Cybersecurity Monitor 2022Cybersecurity Monitor 2022: an increase in measures, a decrease in incidents, but still plenty of work to do
The Central Bureau of Statistics (CBS) released 4 augustes the Cybersecurity Monitor for the sixth year in a row. This publication is made partly at the request of the Ministry of Economic Affairs and Climate (EZK). This report provides insight into the current state of cyber resilience of companies and households in the Netherlands. Below, the Digital Trust Center zooms in on a selection of the most important findings for Dutch businesses. CBS surveyed companies of different sizes and self-employed people from five industries. The industries are healthcare, financial services, hospitality, ICT and manufacturing.

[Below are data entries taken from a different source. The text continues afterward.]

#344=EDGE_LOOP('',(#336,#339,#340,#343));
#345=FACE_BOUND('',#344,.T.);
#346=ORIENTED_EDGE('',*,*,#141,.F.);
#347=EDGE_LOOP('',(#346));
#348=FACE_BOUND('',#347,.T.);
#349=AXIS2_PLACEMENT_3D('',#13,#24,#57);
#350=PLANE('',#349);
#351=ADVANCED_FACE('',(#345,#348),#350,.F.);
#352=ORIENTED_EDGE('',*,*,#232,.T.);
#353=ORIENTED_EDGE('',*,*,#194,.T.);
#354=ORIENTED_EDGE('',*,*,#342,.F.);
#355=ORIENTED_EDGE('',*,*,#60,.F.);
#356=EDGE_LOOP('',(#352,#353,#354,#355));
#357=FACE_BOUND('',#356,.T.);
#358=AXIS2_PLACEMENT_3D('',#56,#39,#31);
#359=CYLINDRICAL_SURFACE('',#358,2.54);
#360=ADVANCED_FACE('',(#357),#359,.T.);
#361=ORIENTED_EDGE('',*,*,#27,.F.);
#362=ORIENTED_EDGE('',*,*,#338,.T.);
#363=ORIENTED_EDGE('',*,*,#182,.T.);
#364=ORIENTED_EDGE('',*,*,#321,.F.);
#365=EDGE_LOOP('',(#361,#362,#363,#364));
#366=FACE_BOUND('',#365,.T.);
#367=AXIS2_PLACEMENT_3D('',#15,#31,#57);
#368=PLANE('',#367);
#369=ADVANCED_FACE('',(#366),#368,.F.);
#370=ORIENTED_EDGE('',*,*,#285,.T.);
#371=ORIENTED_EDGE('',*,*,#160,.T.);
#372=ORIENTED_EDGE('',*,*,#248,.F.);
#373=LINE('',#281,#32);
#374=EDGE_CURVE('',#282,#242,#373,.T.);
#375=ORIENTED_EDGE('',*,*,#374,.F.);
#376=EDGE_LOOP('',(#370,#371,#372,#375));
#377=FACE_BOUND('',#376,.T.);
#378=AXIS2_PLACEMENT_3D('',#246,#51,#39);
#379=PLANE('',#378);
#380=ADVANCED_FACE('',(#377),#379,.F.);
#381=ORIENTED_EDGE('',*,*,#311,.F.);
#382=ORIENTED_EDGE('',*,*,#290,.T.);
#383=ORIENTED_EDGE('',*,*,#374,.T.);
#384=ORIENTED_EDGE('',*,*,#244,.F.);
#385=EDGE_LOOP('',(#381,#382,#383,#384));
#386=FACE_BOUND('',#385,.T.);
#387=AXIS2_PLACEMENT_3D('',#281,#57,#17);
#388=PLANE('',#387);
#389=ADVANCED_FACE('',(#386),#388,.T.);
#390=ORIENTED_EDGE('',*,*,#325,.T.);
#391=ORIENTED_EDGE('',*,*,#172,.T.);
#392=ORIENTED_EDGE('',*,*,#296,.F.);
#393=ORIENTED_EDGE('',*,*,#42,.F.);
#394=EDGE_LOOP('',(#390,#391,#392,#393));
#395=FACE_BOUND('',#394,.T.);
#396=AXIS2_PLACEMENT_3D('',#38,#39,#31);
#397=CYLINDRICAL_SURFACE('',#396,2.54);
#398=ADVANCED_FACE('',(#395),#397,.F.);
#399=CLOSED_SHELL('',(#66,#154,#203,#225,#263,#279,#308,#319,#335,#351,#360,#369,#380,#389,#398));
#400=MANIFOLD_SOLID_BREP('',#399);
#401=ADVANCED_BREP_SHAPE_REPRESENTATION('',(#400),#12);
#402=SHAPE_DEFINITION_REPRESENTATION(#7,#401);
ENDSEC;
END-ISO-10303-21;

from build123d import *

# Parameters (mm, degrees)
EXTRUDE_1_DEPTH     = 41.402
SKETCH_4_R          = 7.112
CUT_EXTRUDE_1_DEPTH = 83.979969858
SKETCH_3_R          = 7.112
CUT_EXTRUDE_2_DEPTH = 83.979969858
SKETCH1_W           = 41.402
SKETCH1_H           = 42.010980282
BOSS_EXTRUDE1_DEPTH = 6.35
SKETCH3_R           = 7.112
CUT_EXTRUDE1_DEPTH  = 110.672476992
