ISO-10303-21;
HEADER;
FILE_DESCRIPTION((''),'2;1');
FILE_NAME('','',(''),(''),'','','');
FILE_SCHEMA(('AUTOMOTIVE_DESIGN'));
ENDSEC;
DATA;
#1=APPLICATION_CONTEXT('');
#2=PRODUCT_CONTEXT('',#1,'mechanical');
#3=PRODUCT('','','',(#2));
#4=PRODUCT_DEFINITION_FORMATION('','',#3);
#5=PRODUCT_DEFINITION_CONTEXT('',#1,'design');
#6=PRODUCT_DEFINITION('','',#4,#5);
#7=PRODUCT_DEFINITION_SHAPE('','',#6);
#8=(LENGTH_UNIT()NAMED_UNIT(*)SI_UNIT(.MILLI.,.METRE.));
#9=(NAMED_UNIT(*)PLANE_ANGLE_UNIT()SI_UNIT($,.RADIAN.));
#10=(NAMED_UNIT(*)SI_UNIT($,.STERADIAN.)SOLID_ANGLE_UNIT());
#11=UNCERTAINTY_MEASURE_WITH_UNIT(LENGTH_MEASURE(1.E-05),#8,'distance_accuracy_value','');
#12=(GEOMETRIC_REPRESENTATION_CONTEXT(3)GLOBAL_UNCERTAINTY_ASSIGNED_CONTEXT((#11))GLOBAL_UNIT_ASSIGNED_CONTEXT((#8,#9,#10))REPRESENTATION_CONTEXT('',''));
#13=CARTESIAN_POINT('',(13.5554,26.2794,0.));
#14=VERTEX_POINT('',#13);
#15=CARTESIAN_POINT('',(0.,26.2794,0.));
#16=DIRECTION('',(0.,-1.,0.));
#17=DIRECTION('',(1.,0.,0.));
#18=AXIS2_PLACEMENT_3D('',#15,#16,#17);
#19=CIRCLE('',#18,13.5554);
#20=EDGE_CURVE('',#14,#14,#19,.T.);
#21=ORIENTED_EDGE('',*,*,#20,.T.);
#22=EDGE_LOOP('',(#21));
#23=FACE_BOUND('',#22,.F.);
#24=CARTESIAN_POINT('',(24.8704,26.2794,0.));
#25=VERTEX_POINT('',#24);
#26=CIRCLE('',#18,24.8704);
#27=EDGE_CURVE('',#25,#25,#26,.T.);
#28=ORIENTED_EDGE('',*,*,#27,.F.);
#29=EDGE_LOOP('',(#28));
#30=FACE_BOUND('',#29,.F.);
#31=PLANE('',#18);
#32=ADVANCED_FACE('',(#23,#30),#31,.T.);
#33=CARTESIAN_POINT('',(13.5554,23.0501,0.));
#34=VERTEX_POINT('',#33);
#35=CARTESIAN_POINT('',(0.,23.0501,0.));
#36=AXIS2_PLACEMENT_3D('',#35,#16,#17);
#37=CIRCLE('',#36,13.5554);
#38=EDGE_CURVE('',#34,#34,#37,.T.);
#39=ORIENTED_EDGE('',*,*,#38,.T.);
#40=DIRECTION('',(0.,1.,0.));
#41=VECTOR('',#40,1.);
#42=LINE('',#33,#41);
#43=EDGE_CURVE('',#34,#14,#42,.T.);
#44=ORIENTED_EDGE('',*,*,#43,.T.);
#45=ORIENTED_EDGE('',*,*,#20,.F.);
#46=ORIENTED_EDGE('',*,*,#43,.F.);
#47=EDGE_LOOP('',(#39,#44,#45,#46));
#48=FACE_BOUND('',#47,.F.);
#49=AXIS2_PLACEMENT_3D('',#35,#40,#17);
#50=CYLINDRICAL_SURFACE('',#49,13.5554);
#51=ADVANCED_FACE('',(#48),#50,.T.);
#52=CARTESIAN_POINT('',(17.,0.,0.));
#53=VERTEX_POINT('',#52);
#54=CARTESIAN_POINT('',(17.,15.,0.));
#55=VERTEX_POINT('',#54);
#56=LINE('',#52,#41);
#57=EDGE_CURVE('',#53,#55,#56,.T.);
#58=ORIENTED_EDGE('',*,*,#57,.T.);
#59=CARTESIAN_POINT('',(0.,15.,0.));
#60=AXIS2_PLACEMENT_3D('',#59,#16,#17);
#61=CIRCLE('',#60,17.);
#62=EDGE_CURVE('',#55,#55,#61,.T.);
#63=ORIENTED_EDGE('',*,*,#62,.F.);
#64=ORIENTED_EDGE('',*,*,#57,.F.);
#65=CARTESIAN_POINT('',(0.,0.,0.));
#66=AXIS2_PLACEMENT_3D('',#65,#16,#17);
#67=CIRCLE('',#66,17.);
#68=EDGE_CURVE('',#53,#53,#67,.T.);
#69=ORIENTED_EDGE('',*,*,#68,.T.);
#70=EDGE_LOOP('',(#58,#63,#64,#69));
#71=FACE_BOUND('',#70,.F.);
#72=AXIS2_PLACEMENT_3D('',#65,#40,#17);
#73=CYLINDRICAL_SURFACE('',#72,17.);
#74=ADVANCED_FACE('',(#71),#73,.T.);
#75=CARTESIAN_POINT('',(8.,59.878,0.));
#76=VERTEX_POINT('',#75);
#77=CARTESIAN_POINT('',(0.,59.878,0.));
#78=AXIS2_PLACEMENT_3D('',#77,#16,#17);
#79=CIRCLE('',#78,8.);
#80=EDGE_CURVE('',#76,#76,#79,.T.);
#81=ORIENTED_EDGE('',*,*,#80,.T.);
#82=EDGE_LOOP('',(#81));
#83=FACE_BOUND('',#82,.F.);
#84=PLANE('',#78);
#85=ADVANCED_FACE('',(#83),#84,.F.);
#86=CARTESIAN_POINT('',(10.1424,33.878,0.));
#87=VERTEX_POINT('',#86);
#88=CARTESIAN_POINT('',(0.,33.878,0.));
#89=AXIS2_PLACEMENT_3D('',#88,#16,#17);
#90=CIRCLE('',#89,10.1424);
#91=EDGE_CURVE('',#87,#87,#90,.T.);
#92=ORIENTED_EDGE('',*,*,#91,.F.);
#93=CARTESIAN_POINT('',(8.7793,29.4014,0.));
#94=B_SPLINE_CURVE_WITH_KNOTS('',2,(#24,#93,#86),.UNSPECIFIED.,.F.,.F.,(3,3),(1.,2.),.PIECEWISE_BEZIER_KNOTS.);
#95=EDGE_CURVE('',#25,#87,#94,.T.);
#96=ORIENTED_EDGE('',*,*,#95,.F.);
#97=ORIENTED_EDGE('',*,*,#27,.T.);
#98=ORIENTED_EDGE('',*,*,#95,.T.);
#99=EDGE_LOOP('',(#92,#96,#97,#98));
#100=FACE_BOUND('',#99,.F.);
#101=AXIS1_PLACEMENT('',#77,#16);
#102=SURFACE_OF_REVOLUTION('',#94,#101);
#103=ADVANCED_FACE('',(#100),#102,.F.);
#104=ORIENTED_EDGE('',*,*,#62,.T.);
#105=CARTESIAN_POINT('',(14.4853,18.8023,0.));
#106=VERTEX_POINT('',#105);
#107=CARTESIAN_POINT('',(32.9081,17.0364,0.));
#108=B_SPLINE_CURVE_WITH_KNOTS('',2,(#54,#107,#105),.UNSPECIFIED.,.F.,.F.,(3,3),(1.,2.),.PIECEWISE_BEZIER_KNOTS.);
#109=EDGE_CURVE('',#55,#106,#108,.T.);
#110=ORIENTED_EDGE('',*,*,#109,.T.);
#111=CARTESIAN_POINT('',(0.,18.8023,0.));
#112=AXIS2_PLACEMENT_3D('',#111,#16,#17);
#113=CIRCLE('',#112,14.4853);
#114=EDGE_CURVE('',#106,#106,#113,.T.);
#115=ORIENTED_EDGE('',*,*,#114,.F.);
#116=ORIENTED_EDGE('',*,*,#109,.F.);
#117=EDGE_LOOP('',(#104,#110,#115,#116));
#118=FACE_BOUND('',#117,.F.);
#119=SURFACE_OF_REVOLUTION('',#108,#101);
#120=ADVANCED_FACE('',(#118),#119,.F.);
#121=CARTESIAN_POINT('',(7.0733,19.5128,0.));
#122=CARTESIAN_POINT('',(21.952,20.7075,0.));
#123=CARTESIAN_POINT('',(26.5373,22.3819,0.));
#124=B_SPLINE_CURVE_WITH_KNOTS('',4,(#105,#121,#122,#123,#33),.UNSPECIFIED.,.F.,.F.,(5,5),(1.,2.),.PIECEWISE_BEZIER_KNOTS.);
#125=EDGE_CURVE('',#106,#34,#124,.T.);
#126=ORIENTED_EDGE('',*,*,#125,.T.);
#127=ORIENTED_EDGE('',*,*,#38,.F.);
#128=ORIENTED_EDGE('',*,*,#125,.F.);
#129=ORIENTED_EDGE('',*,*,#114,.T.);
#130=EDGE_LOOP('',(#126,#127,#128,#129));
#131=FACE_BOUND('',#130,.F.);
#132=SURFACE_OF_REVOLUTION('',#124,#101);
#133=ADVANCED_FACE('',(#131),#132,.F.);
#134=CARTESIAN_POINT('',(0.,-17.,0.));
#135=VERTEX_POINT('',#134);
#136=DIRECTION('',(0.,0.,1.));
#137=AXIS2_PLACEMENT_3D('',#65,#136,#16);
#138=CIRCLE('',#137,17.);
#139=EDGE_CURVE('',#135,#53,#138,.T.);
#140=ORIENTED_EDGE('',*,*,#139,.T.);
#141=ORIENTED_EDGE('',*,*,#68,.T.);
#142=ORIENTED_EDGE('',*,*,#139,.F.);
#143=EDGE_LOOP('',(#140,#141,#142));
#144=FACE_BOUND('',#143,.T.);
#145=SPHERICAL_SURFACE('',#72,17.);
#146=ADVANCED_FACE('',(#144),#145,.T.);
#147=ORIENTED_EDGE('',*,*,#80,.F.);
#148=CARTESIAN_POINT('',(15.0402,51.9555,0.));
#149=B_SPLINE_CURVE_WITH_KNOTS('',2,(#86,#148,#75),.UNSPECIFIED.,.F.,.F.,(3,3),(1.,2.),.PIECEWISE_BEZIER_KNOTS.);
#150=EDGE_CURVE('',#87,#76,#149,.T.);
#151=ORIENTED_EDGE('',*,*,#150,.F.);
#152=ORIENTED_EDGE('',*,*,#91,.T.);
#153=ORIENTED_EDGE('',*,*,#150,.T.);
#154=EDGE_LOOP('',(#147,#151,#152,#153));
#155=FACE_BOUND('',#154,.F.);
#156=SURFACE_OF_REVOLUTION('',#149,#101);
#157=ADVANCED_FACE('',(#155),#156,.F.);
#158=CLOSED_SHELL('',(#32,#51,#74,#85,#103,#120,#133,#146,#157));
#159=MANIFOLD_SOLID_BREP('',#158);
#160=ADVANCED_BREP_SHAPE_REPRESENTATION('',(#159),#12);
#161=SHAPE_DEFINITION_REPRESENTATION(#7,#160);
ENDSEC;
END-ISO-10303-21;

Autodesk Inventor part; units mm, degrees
ref_plane "YZ Plane" through (0, 0, 0) normal (1, 0, 0) x (0, 1, 0)
ref_plane "XZ Plane" through (0, 0, 0) normal (0, 1, 0) x (-1, 0, 0)
ref_plane "XY Plane" through (0, 0, 0) normal (0, 0, 1) x (1, 0, 0)
sketch "Sketch1" plane through (0, 0, 0) normal (0, 0, 1) x (1, 0, 0)
  line L0 (0, 0) -> (17, 0)
  line L1 (17, 0) -> (17, 15)
  line L2 (17, 15) -> (32.9081, 17.0364) construction
  line L3 (32.9081, 17.0364) -> (14.4853, 18.8023) construction
  spline S0 degree 2 poles (17, 15) (32.9081, 17.0364) (14.4853, 18.8023) knots 1 1 1 2 2 2
  line L4 (14.4853, 18.8023) -> (7.0733, 19.5128) construction
  line L5 (7.0733, 19.5128) -> (21.952, 20.7075) construction
  line L6 (21.952, 20.7075) -> (26.5373, 22.3819) construction
  line L7 (26.5373, 22.3819) -> (13.5554, 23.0501) construction
  spline S1 degree 4 poles (14.4853, 18.8023) (7.0733, 19.5128) (21.952, 20.7075) (26.5373, 22.3819) (13.5554, 23.0501) knots 1 1 1 1 1 2 2 2 2 2
  line L8 (13.5554, 23.0501) -> (13.5554, 26.2794)
  line L9 (13.5554, 23.0501) -> (16.7847, 23.0501) construction
  line L10 (13.5554, 26.2794) -> (24.8704, 26.2794)
  line L11 (24.8704, 26.2794) -> (8.7793, 29.4014) construction
  line L12 (8.7793, 29.4014) -> (10.1424, 33.878) construction
  spline S2 degree 2 poles (24.8704, 26.2794) (8.7793, 29.4014) (10.1424, 33.878) knots 1 1 1 2 2 2
  line L13 (10.1424, 33.878) -> (15.0402, 51.9555) construction
  line L14 (15.0402, 51.9555) -> (8, 59.878) construction
  spline S3 degree 2 poles (10.1424, 33.878) (15.0402, 51.9555) (8, 59.878) knots 1 1 1 2 2 2
  line L15 (8, 59.878) -> (0, 59.878)
  line L16 (8, 59.878) -> (16, 59.878) construction
  line L17 (0, 59.878) -> (0, 0)
  arc A0 (0, -4.7625) -> (17, 15) centre (6.8127, 6.5702) ccw
  point P0 (9.4608, 31.6397)
  dimension "d0" = 17
  dimension "d1" = 15
  dimension "d3" = 11.315
  dimension "d5" = 59.878
  dimension "d6" = 3.2294
  dimension "d7" = 8
  dimension "d8" = 26
  dimension "d9" = 4.2477
  dimension "d10" = 3.8024
  dimension "d13" = 9.4608
  dimension "d14" = 10.1424
revolve "Revolution1" add sketch "Sketch1" angle 360 about axis through (0, 59.878, 0) along (0, -1, 0)
sketch "Sketch2" plane through (0, 0, 0) normal (0, 0, 1) x (1, 0, 0)
  line L0 (17, 15) -> (17, 0) projected
  line L1 (-17, 0) -> (17, 0) projected
  arc A0 (0, -17) -> (17, 0) centre (0, 0) ccw
  line L2 (0, -17) -> (0, 0)
revolve "Revolution2" add sketch "Sketch2" angle 360 about axis through (0, -17, 0) along (0, 1, 0)
properties part number "Joystick upper" material "ABS Plastic"
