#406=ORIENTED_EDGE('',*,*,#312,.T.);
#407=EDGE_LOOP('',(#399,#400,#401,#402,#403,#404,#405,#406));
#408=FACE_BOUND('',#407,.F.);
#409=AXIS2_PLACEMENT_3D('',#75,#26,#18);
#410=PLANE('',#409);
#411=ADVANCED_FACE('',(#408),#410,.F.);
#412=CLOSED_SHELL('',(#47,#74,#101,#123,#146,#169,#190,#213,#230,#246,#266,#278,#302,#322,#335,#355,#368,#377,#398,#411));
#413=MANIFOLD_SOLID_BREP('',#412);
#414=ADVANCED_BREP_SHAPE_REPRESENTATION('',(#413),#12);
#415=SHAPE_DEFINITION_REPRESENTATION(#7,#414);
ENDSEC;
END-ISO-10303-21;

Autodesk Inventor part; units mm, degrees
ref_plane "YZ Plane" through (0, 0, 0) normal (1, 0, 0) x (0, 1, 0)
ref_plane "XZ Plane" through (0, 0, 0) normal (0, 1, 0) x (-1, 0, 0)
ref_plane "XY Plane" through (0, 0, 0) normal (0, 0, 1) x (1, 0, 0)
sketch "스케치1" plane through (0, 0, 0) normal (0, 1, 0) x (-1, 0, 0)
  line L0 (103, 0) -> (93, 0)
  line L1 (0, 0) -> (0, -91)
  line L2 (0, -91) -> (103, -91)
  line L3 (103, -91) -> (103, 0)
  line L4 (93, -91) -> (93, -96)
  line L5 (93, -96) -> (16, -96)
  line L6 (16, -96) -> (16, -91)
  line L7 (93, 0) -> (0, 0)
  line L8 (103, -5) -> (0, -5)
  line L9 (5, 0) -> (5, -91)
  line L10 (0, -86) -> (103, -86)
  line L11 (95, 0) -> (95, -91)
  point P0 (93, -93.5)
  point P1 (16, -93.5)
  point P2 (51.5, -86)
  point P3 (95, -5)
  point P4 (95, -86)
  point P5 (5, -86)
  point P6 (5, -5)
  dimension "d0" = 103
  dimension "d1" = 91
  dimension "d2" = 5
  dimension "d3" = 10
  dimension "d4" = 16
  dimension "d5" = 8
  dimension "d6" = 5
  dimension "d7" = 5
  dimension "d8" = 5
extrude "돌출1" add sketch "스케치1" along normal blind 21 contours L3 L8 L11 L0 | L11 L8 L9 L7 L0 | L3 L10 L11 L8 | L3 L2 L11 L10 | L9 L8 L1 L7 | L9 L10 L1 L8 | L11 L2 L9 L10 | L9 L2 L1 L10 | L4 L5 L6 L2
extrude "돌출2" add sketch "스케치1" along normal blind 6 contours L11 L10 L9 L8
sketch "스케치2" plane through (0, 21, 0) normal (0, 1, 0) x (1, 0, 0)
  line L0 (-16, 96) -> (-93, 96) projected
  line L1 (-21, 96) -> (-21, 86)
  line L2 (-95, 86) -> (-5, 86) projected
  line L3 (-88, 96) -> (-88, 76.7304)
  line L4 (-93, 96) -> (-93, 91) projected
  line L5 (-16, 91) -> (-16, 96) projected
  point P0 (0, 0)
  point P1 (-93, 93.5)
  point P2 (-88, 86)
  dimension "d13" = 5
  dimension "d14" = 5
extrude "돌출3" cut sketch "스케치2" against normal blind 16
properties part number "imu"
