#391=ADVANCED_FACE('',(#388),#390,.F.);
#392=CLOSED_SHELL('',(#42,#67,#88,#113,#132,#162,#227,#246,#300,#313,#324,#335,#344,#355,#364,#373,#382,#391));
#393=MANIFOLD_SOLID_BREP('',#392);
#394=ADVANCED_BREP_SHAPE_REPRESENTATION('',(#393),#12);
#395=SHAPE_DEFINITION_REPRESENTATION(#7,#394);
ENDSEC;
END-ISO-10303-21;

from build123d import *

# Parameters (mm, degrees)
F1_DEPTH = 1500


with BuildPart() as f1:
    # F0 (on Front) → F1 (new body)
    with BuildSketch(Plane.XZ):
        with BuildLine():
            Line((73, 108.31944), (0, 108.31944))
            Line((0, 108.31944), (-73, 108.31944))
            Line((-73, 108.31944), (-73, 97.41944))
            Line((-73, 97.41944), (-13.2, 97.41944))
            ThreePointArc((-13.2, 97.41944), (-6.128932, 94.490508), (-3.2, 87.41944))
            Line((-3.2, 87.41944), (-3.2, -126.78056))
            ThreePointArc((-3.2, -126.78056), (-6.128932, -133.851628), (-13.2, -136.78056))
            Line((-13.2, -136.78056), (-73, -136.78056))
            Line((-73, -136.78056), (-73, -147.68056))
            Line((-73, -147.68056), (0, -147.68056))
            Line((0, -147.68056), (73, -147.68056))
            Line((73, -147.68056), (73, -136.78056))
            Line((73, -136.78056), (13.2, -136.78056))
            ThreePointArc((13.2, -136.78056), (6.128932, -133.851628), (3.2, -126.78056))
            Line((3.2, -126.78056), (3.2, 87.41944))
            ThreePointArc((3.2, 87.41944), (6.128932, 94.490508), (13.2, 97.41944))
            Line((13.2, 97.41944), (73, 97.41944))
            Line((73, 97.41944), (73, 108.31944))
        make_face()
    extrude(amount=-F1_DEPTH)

Overview of cybersecurity measures taken
(Large) companies are taking more measures against cyber threats
The published data on ICT security measures taken by industry show a positive picture. In general, a positive trend can be detected on each measure. However, it is clear that each measure measured separately is taken more often by large than by small companies (see figure below).
These differences are relatively small when using antivirus software, but become larger when using a 'more complicated' measure such as using VPN. Less than 30% of companies with 2 to 10 employees use VPN compared to 84% of companies with 250 or more employees in 2021. For all companies, it can be seen that logging in using 2FA is becoming more common. Medium-sized companies in particular are catching up there. In 2016, 29% of medium-sized companies used 2FA. This will increase to 62% by 2021.
Security measures by industry
Looking at the ICT security measures taken by industry, it can be seen that especially companies that are more involved in ICT (ICT sector), or companies that have a high stake in their data (Healthcare) score better than sectors where cybersecurity may be slightly less obvious, such as in the hospitality sector.
Overview of cybersecurity incidents
CBS distinguishes two forms of ICT security incidents: self-inflicted incidents (think of a malfunction or a data disclosure due to unintentional actions of own staff) and incidents resulting from an external attack (think of DDoS or phishing attacks).
Number of companies with cyber incidents decreases
The figures below show a decrease in the total number of ICT security incidents, both internal and external. This figure also shows that not all incidents involve costs; this is true for only half of all incidents.
Large companies have more frequent incidents than small companies
Large companies consistently have more incidents than small companies over the years. This applies to both internal and external incidents. A factor in this is that larger companies often have a larger and more complex IT infrastructure. This increases the likelihood of incidents caused by internal actions. In addition, large companies employ ICT specialists more often, which increases the chances of detecting cybersecurity incidents.
In this edition of the cybersecurity monitor, ransomware attacks were surveyed for the first time. For the year 2021, it shows that there were a total of 6,300 ransomware attacks on businesses (see figure below). Of these, 4,000 were among self-employed people. In percentage terms, large companies did suffer more frequently from ransomware (4% compared to 0.3% of self-employed workers).
On average, 11% of companies with 2 or more employees paid ransom. In about half of the cases, the ransom amounted to more than 50% of the turnover. This figure is mainly explained by small businesses, (read our article about cyberseucirty and revenue goals) which have a relatively low turnover. The impact of paying a ransom is high for these companies, especially when you take into account that paying a ransom does not always lead to the decryption of the company's data.